======== PROVIDED DATA ========

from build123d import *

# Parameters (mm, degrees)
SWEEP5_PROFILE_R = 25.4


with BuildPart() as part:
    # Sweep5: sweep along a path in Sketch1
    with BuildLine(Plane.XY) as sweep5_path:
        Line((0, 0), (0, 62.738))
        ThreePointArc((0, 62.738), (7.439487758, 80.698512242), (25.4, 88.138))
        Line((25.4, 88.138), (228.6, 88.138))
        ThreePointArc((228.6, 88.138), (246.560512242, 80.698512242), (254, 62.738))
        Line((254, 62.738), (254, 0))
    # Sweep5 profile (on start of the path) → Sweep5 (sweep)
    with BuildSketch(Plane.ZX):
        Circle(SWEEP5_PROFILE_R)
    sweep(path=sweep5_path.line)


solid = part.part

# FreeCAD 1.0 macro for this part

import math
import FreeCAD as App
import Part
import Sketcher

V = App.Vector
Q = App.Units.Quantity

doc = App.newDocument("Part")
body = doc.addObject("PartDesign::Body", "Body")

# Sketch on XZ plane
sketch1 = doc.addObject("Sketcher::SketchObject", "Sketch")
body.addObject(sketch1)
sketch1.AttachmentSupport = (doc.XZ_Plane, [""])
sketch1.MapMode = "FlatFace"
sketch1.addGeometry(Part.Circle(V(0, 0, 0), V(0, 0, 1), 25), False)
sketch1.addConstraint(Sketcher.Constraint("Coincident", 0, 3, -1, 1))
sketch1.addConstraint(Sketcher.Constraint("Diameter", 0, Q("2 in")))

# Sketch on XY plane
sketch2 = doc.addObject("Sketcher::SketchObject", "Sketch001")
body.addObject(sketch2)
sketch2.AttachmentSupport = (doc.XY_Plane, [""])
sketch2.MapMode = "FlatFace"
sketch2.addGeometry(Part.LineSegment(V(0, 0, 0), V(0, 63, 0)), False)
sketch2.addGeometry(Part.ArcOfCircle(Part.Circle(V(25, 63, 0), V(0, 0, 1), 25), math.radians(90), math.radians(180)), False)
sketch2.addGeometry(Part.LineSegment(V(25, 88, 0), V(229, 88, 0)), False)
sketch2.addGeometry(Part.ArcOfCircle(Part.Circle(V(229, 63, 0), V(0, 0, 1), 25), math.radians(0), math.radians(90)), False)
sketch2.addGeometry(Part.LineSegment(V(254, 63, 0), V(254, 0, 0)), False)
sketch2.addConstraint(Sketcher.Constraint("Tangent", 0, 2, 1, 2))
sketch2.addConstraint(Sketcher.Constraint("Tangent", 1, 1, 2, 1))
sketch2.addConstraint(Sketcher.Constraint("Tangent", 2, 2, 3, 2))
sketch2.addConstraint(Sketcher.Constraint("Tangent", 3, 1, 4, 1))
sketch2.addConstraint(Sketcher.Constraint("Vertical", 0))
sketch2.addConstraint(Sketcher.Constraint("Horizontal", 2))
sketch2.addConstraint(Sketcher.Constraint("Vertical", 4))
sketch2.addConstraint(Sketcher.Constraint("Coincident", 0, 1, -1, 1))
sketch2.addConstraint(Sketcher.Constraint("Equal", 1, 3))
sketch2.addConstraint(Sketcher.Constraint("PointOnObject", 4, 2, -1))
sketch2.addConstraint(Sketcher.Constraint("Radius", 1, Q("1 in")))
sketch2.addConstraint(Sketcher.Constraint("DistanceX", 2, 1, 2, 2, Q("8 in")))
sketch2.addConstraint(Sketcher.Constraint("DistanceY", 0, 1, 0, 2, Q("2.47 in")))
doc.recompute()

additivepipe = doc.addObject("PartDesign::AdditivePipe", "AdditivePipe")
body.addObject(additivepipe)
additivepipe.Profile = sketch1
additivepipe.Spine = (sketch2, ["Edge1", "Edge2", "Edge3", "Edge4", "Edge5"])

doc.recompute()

========

Set down, unchanged, only those lines above that fall between the line with "Circle(SWEEP5_PROFILE_R)" and the line with "# FreeCAD 1.0 macro for this part", the two end lines included.

        Circle(SWEEP5_PROFILE_R)
    sweep(path=sweep5_path.line)


solid = part.part

# FreeCAD 1.0 macro for this part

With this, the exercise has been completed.